Anecdotal, I know, but the point being that if you're willing to make
tradeoffs, you can find a way to live. My friend in Manhattan takes on two
roommates to make his rent affordable. After my spouse and I got a house, we
rented out our spare bedroom for a time to help pay down school loans and
provide an affordable space for friends.
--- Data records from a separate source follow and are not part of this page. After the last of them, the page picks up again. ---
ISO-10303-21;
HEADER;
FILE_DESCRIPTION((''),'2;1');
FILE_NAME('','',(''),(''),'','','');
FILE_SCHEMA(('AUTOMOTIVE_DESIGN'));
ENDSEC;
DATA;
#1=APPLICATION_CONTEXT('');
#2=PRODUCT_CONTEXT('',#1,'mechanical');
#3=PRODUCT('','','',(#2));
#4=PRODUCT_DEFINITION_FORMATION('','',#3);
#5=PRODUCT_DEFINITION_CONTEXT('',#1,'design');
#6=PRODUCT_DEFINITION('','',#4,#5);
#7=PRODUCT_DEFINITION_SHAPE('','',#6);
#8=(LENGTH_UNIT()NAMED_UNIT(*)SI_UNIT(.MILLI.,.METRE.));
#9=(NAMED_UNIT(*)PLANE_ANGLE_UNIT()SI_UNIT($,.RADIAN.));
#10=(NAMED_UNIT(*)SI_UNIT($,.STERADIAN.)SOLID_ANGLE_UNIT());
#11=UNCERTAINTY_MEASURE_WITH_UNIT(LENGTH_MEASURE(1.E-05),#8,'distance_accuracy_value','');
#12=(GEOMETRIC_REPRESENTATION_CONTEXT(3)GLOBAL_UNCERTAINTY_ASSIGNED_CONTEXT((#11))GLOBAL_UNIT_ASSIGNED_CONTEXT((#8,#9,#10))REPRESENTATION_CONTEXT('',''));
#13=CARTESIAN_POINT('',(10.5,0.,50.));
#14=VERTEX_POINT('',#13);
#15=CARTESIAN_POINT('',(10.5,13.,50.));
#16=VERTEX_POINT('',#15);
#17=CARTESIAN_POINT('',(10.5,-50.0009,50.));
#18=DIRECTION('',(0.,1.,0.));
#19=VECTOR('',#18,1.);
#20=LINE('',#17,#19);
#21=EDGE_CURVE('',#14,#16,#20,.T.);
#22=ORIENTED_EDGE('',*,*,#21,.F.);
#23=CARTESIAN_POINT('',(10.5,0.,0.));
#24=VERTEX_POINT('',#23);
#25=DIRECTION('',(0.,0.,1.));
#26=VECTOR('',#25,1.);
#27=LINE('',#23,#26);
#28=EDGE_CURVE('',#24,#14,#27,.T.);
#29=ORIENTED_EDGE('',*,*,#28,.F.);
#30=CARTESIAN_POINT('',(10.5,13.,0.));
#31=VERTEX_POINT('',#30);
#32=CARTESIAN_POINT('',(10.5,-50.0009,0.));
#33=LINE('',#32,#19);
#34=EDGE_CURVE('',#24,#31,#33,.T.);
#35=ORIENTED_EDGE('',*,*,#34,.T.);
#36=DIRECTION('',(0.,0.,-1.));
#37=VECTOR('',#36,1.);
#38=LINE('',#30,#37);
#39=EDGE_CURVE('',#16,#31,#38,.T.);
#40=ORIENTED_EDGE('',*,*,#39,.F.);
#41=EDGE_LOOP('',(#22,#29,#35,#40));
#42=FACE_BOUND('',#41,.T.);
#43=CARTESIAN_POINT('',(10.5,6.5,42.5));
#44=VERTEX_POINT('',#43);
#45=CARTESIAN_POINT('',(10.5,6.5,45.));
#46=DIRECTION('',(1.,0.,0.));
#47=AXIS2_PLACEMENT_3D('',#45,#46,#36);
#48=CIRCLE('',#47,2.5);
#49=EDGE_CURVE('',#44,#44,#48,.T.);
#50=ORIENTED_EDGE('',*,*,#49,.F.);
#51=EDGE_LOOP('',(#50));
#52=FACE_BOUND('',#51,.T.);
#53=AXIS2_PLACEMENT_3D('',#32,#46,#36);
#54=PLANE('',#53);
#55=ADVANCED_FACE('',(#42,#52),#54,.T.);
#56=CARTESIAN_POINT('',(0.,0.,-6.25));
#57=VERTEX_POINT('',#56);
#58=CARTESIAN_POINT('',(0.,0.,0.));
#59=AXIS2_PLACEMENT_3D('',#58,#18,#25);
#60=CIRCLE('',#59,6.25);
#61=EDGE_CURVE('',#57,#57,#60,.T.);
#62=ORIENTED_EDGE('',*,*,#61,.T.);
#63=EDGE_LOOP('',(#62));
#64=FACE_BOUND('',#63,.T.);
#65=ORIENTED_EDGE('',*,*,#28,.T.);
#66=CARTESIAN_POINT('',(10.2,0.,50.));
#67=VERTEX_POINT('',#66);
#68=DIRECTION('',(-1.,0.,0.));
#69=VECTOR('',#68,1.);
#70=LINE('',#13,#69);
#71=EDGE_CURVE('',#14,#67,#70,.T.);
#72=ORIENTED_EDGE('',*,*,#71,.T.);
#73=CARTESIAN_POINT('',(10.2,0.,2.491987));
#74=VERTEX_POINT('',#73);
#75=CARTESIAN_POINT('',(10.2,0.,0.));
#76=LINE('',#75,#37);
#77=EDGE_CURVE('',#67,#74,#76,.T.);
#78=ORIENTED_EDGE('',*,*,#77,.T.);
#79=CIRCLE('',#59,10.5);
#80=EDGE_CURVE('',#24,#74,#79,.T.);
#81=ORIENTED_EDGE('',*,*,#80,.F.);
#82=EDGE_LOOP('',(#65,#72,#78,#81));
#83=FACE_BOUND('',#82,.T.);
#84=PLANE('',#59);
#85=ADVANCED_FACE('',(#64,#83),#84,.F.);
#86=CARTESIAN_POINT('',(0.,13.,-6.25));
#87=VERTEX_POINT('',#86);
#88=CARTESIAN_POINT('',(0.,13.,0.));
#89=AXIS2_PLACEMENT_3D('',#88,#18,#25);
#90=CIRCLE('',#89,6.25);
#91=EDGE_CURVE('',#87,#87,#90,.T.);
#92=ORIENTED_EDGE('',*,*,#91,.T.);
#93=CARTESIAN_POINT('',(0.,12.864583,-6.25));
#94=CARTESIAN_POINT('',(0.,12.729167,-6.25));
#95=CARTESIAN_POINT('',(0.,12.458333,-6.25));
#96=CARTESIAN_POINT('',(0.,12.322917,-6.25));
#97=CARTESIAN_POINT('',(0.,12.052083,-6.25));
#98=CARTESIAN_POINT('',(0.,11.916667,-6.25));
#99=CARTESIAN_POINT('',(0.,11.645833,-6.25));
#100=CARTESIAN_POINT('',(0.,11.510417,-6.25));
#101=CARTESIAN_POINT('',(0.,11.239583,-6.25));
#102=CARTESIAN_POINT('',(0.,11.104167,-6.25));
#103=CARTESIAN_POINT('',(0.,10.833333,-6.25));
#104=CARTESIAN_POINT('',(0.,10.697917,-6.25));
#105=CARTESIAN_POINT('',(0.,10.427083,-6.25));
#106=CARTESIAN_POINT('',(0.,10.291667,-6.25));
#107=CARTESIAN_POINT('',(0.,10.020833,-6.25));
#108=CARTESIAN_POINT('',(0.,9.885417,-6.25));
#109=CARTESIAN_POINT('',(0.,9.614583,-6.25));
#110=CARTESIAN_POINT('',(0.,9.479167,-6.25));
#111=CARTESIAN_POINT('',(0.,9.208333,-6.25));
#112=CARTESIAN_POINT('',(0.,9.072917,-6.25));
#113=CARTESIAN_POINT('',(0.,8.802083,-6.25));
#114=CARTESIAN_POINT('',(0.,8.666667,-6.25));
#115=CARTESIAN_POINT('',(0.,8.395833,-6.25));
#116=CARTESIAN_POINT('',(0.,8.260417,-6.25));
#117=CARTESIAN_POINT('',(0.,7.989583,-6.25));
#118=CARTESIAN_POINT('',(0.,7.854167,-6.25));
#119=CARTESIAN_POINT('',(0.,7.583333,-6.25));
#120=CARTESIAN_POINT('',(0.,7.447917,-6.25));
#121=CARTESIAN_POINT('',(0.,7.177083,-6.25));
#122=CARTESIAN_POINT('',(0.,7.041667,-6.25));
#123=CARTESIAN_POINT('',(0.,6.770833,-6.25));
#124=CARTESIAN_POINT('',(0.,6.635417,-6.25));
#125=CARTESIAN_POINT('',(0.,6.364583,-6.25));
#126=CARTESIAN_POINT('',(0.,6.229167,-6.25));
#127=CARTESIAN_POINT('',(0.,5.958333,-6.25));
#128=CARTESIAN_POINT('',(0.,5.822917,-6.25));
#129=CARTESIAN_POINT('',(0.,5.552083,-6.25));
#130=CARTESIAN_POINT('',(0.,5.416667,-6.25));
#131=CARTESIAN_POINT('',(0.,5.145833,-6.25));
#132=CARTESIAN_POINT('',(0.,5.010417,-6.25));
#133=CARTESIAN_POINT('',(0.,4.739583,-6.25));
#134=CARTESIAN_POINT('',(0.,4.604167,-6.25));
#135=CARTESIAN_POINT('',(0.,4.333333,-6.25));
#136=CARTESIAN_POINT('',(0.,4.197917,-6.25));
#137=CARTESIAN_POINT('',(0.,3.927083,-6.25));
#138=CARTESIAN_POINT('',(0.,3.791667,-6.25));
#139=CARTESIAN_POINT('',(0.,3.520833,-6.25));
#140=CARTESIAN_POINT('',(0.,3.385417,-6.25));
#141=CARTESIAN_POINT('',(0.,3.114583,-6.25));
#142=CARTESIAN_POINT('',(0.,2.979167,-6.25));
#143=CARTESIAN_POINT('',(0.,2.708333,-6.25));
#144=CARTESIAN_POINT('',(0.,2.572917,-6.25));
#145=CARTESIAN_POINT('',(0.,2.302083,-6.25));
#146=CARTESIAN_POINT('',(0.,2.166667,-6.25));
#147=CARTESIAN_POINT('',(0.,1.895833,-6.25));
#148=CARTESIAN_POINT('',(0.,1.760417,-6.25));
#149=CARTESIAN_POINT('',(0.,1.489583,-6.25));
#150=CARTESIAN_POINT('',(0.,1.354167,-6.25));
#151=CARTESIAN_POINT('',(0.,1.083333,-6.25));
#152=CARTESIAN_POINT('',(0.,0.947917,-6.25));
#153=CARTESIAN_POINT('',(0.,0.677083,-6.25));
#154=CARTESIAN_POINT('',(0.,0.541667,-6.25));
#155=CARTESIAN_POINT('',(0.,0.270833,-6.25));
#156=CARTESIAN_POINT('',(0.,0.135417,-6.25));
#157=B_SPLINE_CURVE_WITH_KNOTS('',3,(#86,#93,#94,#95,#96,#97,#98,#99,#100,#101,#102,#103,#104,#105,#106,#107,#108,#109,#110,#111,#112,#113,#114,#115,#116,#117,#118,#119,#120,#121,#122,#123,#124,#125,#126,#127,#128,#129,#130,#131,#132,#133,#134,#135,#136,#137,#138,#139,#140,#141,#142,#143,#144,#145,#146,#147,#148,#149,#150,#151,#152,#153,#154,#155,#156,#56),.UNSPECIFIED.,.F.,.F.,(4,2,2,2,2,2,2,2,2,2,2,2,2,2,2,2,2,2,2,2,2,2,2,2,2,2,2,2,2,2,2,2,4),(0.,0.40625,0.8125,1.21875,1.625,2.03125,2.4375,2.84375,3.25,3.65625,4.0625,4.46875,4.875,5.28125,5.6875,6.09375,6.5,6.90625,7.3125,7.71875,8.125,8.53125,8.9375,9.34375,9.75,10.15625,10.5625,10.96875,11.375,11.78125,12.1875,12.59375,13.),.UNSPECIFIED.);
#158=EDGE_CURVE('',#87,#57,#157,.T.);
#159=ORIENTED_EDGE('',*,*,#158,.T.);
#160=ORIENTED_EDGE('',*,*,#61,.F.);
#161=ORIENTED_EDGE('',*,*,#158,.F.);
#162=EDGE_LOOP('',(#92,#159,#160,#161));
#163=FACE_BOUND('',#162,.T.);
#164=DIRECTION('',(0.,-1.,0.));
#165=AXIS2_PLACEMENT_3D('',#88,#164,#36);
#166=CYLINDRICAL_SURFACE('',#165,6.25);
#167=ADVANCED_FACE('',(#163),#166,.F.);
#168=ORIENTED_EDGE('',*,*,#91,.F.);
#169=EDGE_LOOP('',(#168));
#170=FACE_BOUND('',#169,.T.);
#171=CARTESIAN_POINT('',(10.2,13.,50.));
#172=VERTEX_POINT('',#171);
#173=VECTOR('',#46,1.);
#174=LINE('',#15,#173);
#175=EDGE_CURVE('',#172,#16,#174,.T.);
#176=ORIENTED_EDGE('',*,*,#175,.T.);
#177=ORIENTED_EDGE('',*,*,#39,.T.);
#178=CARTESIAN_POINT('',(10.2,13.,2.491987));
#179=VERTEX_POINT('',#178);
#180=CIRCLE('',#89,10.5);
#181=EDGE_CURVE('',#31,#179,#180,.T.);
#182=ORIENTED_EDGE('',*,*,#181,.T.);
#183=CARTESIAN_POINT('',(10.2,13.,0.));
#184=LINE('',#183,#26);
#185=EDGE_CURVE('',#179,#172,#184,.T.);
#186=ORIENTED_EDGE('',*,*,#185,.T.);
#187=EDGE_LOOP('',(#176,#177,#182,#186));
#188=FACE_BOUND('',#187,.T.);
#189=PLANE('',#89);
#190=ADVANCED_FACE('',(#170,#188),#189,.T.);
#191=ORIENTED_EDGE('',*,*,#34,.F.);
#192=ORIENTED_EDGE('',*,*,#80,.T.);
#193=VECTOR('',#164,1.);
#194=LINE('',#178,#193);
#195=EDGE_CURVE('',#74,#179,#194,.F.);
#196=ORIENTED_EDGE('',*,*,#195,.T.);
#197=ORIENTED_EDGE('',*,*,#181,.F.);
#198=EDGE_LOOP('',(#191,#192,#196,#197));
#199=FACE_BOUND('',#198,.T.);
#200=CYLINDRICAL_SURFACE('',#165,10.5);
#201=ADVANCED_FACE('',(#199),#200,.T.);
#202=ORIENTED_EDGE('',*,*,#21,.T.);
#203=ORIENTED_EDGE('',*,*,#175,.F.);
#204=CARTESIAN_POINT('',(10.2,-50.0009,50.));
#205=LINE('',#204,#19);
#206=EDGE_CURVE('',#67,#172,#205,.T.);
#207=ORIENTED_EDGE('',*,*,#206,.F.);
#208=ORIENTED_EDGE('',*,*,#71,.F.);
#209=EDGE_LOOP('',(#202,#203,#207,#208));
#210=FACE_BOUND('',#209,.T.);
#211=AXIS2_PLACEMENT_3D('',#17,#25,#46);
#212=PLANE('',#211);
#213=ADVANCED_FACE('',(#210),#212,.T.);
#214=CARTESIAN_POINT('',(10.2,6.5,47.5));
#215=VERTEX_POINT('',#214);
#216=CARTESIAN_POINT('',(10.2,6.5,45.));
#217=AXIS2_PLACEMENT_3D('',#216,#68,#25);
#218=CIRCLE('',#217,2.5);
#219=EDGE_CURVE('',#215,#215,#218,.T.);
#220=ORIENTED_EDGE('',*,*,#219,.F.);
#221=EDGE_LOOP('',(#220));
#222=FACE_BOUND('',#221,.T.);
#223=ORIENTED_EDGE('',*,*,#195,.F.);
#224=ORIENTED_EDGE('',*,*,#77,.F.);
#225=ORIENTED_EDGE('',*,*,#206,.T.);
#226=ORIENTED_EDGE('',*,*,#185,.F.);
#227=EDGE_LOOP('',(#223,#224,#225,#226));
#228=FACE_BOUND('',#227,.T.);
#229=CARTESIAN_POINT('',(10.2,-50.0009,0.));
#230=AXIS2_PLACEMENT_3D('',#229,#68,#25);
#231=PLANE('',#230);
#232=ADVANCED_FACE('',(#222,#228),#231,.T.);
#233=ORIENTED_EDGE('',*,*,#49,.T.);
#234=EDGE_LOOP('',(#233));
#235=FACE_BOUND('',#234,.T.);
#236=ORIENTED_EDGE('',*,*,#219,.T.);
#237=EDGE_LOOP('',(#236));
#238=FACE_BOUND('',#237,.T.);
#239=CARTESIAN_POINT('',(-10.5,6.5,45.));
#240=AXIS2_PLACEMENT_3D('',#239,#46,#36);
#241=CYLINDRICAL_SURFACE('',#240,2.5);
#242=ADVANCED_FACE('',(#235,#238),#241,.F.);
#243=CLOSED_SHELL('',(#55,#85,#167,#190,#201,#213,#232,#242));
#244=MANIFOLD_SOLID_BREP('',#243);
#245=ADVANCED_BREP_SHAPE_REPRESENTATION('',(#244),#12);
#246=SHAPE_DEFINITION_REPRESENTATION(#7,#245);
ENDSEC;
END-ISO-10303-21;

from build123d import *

# Parameters (mm, degrees)
SKETCH_1_R          = 10.5
SKETCH_1_R_2        = 6.25
EXTRUDE_1_DEPTH     = 13
SKETCH_2_W          = 0.3
SKETCH_2_H          = 50
EXTRUDE_2_DEPTH     = 13
SKETCH_3_R          = 2.5
CUT_EXTRUDE_1_DEPTH = 56.767373974


with BuildPart() as part:
    # 草图1 → 凸台-拉伸1 (new body)
    with BuildSketch(Plane(origin=(0, 0, 0), x_dir=(1, 0, 0), z_dir=(0, 1, 0))):
        with Locations(Location((0, 0, 0), (0, 0, 90))):
            Circle(SKETCH_1_R)
        with Locations(Location((0, 0, 0), (0, 0, 90))):
            Circle(SKETCH_1_R_2, mode=Mode.SUBTRACT)
    extrude(amount=EXTRUDE_1_DEPTH)

    # 草图2 → 凸台-拉伸2 (add)
    with BuildSketch(Plane(origin=(0, 13, 0), x_dir=(1, 0, 0), z_dir=(0, 1, 0))):
        with Locations((10.35, -25)):
            Rectangle(SKETCH_2_W, SKETCH_2_H)
    extrude(amount=-EXTRUDE_2_DEPTH)

    # 草图3 → 切除-拉伸1 (cut, through all)
    with BuildSketch(Plane(origin=(10.5, 0, 0), x_dir=(0, 0, -1), z_dir=(1, 0, 0))):
        with Locations((-45, 6.5)):
            Circle(SKETCH_3_R)
    extrude(amount=-CUT_EXTRUDE_1_DEPTH, mode=Mode.SUBTRACT)


solid = part.part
I always remind myself that my
grandmother was one of 13 children in a 3-bedroom home, and that many
immigrant families of her generation had a boarder to help cover costs.

There are always edge cases that need to be dealt with compassionately - the
single, unskilled mom with a few kids, etc. But the underlying assumption of
articles like this seems to be that minimum wage should get you a 2BR
apartment, and that's a premise that I don't agree with.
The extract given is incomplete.